In the northeastern corner of Minnesota stand towering groves of red pine trees stretching some 80 feet into the sky.

But these red pine groves could eventually vanish from Minnesota’s Boundary Water Canoe Area if what we usually view as a foe to forests — fire — fails to sweep the terrain occasionally, says a new study from the University of Wisconsin-Madison.

“The big, natural groves of red pine are one of the most unique features of the BWCA. But, because of fire suppression, we’re starting to lose them forever,” says Robert Scheller, a UW-Madison forest ecologist working with professor David Mladenoff.

Before people settled the area in the early 1900s, fires — started primarily by lightning bolts — swept through the area every 50 to 100 years. While the blazes reduced most vegetation to ashes, they enabled the surviving trees, such as the red pine, to reproduce more easily.

“The fires cleared dense brush so the red pines could drop their seeds on the forest floor and also triggered the release of seeds from pine cones belonging to other fire-adaptive trees,” Scheller says.

However, when settlers started taking active measures to suppress natural fires, red pines experienced more difficulty regenerating: other trees and shrubs filled the forest understory. This growth inhibited the red pine from seeding and remaining a key part of this northern ecosystem.

“Red pines have a life span of about 300 years,” says Scheller, “and many of the ones in BWCA are already old.” Without fire to help them successfully reproduce, he adds, it’s unlikely that the older trees will be replaced once they die.

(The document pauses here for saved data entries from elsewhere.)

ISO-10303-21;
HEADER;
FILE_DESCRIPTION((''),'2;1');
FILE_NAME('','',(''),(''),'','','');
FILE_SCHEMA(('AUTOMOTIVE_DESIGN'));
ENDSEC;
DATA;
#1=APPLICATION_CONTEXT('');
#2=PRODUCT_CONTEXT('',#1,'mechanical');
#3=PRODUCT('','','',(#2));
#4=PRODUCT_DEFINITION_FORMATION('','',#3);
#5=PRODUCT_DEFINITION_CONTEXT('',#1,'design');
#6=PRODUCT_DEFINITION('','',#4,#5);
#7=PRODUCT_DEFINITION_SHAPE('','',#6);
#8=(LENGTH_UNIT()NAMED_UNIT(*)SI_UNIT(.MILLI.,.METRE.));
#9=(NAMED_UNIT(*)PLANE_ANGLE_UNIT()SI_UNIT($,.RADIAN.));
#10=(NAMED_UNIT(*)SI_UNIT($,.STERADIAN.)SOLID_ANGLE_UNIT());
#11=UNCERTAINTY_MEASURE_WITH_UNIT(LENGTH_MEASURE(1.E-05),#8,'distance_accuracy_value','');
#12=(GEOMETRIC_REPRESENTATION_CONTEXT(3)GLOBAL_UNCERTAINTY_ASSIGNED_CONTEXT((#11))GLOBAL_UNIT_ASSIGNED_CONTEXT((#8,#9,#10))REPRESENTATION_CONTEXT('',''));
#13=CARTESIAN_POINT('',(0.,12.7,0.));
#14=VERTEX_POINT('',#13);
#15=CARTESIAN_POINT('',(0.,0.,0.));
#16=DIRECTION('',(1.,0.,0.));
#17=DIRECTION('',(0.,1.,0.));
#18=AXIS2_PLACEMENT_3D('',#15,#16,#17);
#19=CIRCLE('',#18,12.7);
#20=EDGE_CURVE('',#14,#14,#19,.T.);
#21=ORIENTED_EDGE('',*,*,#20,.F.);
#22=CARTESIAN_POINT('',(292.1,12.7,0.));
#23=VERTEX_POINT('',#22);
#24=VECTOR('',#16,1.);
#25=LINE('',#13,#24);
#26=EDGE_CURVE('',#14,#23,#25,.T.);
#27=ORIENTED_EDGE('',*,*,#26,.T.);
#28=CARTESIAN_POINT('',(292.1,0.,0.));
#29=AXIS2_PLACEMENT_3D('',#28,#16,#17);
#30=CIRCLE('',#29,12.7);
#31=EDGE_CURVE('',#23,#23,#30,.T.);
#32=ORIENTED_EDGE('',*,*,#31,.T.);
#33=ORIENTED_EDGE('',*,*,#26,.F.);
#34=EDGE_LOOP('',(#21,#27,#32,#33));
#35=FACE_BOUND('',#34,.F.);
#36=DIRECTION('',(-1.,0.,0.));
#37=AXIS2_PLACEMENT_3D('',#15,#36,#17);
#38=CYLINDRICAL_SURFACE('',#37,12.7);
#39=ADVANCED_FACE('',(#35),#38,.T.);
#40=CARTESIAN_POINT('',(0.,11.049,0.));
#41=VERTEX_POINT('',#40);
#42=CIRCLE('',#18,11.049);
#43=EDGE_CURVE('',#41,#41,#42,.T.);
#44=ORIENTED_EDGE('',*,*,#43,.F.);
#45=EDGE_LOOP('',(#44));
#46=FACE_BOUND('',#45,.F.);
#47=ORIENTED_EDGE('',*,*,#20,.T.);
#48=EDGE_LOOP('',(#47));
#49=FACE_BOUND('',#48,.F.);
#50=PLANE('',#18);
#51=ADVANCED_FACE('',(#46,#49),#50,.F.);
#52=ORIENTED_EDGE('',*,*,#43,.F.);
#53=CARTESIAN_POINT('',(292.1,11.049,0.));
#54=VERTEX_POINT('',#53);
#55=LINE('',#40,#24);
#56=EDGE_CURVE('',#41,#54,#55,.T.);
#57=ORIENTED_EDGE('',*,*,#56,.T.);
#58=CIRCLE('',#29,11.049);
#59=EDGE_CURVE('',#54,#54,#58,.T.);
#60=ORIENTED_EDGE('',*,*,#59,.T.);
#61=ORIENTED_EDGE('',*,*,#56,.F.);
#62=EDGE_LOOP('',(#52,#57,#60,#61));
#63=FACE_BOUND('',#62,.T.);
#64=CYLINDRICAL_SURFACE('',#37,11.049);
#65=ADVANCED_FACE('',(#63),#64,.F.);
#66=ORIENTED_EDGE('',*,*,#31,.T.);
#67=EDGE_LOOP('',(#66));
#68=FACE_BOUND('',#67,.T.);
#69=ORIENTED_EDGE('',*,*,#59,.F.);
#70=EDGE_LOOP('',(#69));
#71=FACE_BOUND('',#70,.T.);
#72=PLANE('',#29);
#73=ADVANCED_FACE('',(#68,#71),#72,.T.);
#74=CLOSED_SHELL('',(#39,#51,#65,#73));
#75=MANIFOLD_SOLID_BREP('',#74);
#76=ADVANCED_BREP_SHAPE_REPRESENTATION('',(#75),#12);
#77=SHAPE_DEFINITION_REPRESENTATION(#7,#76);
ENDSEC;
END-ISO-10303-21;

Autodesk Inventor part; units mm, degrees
ref_plane "XZ Plane" through (0, 0, 0) normal (0, 1, 0) x (-1, 0, 0)
ref_plane "Start Plane" through (0, 0, 0) normal (1, 0, 0) x (0, 1, 0)
ref_plane "End Plane" through (292.1, 0, 0) normal (1, 0, 0) x (0, 1, 0)
sketch "Sketch" plane through (0, 0, 0) normal (1, 0, 0) x (0, 1, 0)
  circle A0 centre (0, 0) radius 12.7
  circle A1 centre (0, 0) radius 11.049
  dimension "d0" = 25.4
  dimension "d1" = 1.651
extrude "Body" add sketch "Sketch" along normal up to surface (292.1 mm away) from surface at 0
sketch "Sketch2" plane through (0, 0, 0) normal (1, 0, 0) x (0, 1, 0)
  line L0 (0, 0) -> (10, 0)
ref_plane "Work Plane3" through (0, 0, 0) normal (0, 0, -1) x (0, 1, 0)
sketch "Sketch3" plane through (0, 0, 0) normal (0, 0, -1) x (0, 1, 0)
  line L0 (-2, 0) -> (12, 0)
  line L1 (-2, 292.1) -> (12, 292.1)
  dimension "d9" = 292.1
equation "\"G_OFFSET_START\" = 0"
equation "\"G_OFFSET_END\" = 0"
equation "\"d5\" = d2 + G_OFFSET_END"
equation "\"G_L\" = d9"
equation "\"d2\" = 292.1"
properties part number "4130_1x0.065" material "Steel, Alloy"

Nearly a century after fire suppression was first introduced, the U.S. Department of Agriculture-Forest Service is now considering the use of fire in the boundary waters area. To explore the long-term effects continued fire suppression and regular burnings, Scheller has developed a model that shows the outcomes of both scenarios. The findings were presented today, Aug. 5, at the annual meeting of the Ecological Society of America.

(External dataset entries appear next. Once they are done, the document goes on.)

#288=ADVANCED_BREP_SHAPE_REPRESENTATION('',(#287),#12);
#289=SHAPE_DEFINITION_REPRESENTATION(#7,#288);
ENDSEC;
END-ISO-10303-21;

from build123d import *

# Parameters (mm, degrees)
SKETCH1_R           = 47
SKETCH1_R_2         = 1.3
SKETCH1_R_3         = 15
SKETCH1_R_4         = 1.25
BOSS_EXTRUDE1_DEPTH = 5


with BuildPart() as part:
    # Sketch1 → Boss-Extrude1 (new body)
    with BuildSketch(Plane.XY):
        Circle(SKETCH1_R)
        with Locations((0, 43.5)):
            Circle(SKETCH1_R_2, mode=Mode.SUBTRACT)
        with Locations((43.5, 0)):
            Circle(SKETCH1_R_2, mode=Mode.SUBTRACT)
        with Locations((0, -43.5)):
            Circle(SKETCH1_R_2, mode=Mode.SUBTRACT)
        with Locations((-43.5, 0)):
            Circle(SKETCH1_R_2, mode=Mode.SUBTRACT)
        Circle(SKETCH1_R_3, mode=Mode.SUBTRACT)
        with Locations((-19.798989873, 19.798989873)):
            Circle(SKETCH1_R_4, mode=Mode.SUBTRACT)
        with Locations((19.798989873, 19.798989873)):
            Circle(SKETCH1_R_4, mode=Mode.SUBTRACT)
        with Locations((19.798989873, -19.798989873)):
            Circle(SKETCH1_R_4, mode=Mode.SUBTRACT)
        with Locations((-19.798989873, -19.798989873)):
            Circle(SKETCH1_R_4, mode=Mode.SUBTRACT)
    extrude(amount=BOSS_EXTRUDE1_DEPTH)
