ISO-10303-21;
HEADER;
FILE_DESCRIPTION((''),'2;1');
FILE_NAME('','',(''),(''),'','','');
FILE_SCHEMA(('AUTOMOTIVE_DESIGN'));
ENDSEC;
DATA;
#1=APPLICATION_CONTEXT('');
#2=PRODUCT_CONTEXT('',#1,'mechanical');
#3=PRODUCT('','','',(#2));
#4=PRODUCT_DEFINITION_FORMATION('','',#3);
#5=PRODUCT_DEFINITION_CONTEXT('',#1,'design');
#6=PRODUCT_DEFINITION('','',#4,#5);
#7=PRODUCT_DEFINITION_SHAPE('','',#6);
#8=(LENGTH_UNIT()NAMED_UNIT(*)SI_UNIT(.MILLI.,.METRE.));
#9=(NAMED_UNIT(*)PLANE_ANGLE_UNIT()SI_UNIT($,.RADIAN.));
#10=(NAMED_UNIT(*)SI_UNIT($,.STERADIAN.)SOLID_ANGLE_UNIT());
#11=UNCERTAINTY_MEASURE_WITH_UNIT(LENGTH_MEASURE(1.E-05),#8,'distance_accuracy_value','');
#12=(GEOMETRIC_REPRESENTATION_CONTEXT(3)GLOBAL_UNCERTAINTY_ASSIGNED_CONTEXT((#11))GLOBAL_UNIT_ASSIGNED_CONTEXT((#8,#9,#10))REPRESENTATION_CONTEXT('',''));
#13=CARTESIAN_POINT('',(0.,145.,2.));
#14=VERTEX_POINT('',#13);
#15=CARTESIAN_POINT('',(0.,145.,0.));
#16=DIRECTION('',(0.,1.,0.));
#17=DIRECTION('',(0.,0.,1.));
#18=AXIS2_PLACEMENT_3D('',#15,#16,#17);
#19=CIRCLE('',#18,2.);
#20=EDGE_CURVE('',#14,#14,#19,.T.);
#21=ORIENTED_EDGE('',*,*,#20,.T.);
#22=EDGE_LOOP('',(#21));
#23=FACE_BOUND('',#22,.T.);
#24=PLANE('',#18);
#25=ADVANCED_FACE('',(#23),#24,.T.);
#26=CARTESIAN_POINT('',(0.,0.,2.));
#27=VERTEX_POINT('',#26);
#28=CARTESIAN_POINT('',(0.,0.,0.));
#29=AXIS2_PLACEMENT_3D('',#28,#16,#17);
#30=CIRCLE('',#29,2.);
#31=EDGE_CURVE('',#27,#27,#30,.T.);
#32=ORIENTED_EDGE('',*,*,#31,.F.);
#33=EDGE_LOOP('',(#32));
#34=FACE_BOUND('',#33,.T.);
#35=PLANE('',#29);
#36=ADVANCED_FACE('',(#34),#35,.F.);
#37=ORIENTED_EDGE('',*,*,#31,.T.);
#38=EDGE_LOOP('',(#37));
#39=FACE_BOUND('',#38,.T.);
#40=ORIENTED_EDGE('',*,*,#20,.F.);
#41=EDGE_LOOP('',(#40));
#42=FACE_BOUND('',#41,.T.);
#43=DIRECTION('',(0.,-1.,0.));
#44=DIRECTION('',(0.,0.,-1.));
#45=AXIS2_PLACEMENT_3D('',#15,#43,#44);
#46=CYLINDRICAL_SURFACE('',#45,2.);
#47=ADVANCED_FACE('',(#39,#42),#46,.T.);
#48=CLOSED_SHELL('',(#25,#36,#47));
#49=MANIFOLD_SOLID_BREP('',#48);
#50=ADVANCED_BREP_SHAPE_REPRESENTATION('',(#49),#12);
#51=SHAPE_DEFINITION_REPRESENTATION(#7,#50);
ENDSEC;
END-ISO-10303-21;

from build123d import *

# Parameters (mm, degrees)
SKETCH_1_R      = 2
EXTRUDE_1_DEPTH = 145


with BuildPart() as part:
    # 草图1 → 凸台-拉伸1 (new body)
    with BuildSketch(Plane(origin=(0, 0, 0), x_dir=(1, 0, 0), z_dir=(0, 1, 0))):
        with Locations(Location((0, 0, 0), (0, 0, 270))):
            Circle(SKETCH_1_R)
    extrude(amount=EXTRUDE_1_DEPTH)


solid = part.part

“We wanted to know the consequences of different kinds of future forest management over the BWCA,” he says. “Would reintroducing fire bring back the red pines?”

Taking into account the species’ ages and life histories, as well as forest composition, climate and soil, Scheller used the landscape simulation model LANDIS, which was developed at UW-Madison, to predict what might happen across the entire area if fire was reintroduced. Specifically, Scheller studied four scenarios over a 300-year time period: continued fire suppression and fires about every 50, 100 or 300 years.

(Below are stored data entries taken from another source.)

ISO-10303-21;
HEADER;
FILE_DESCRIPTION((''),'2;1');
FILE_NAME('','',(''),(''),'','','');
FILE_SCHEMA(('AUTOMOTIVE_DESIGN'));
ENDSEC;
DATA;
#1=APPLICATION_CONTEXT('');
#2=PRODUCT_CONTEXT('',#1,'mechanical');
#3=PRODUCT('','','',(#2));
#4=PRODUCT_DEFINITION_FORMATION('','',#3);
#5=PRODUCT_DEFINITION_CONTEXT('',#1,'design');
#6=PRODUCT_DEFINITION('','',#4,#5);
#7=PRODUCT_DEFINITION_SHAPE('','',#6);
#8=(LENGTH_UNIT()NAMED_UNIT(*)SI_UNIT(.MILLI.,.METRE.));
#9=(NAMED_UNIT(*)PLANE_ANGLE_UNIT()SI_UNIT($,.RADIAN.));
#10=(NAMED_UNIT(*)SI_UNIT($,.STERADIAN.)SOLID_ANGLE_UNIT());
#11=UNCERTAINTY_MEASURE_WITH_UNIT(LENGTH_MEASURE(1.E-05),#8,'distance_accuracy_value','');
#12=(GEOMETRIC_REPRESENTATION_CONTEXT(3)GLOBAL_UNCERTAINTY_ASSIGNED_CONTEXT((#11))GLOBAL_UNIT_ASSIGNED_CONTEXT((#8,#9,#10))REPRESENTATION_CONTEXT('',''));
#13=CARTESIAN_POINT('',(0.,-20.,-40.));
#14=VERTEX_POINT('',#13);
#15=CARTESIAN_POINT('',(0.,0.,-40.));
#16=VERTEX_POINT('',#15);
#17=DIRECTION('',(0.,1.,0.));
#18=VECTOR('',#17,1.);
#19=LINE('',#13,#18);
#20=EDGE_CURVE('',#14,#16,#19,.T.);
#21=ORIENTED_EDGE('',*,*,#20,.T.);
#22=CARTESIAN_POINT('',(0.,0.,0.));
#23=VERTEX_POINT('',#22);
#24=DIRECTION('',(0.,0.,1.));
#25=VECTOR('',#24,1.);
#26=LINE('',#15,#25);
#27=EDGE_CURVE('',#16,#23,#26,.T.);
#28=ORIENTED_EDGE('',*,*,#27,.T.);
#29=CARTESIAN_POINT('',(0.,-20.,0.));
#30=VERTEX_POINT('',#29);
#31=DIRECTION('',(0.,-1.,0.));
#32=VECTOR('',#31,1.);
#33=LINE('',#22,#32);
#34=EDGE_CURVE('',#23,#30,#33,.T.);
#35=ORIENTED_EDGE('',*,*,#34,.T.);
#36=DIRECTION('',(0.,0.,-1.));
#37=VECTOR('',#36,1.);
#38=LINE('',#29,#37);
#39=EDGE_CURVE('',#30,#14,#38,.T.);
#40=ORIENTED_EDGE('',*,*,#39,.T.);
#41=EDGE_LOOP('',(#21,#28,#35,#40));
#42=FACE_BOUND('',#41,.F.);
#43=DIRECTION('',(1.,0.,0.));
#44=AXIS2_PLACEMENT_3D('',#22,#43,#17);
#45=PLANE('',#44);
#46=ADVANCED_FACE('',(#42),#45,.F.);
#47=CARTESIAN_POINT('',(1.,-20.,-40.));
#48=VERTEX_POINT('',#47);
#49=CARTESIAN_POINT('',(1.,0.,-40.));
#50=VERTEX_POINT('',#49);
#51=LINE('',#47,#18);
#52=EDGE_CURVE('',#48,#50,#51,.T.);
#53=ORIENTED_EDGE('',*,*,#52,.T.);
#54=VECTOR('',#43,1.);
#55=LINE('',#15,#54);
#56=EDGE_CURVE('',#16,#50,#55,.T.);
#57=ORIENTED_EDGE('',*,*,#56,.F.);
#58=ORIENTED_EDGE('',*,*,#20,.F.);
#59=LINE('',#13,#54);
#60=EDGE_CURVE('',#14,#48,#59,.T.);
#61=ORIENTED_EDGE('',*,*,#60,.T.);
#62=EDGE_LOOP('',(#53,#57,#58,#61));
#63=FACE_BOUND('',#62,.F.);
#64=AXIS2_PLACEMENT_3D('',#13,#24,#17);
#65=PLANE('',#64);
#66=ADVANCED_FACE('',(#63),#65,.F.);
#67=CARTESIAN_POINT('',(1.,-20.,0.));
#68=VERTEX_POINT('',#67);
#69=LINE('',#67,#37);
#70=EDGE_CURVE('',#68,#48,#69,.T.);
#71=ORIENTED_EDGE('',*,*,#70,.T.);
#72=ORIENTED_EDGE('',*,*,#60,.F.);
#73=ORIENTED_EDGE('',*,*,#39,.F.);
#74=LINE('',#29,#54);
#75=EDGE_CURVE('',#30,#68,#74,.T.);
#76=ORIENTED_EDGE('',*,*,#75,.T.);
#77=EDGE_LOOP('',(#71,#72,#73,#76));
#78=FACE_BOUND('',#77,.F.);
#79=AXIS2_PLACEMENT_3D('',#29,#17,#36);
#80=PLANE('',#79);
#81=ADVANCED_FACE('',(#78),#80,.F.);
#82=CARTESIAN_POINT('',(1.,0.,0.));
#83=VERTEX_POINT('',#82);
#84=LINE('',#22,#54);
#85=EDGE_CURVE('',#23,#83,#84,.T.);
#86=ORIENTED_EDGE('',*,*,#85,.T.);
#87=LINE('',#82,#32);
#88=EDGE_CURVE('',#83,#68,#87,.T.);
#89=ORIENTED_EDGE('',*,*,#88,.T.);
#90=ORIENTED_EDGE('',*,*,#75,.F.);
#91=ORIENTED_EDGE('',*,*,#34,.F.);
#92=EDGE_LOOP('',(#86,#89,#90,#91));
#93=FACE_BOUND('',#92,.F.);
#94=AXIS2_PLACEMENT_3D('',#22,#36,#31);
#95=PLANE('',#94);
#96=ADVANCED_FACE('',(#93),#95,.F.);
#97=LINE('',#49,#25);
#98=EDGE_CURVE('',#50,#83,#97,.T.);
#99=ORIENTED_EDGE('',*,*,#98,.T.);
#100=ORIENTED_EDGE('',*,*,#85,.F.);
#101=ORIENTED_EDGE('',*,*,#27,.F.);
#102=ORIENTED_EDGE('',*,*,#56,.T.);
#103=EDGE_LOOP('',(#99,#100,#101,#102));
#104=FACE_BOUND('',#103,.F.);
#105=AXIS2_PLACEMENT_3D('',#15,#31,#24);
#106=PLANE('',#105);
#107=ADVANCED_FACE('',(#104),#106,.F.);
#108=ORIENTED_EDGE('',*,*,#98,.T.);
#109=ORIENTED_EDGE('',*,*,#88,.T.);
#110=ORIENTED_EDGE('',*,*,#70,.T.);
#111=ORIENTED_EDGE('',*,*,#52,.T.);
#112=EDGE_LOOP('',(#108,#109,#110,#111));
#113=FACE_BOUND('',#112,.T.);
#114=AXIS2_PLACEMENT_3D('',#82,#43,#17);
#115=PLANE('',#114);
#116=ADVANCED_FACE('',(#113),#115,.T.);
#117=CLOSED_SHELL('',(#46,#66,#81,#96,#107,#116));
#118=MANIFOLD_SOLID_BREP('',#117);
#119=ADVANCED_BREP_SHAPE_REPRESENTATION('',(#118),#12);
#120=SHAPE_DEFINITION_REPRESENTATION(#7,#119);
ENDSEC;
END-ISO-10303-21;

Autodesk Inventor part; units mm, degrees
ref_plane "YZ Plane" through (0, 0, 0) normal (1, 0, 0) x (0, 1, 0)
ref_plane "XZ Plane" through (0, 0, 0) normal (0, 1, 0) x (-1, 0, 0)
ref_plane "XY Plane" through (0, 0, 0) normal (0, 0, 1) x (1, 0, 0)
sketch "Skizze1" plane through (0, 0, 0) normal (1, 0, 0) x (0, 1, 0)
  line L0 (0, 0) -> (-20, 0)
  line L1 (-20, 0) -> (-20, -40)
  line L2 (-20, -40) -> (0, -40)
  line L3 (0, -40) -> (0, 0)
  dimension "d0" = 20
  dimension "d1" = 40
extrude "Extrusion1" add sketch "Skizze1" along normal blind 1
properties part number "BremsbelagBreit" material "Gummi, Silikon(1)"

The model shows that continued fire suppression would lead to the disappearance of not just red pines but also jack pine, aspen and birch trees within 300 years. “If full fire suppression continues,” Scheller explains, “the forest may never recover and red pine may be lost as a locally dominant species.”

The model suggests that while a fire every 300 years would preserve red pines, it would not save the jack pine, another tree species dependent on fire for reproduction. Fires every 50 to 100 years, as they once occurred naturally, would maintain tree diversity; and, a fire every 50 years would increase the number of red pines.

Fire suppression policies implemented in this century and advocated by icons like Smokey Bear, are meant to preserve the natural beauty of forests, says Scheller. But as he points out, “the model shows that fire is a necessary process for maintaining the natural community. Without it, the characteristics that define the wilderness of the BWCA will completely change.”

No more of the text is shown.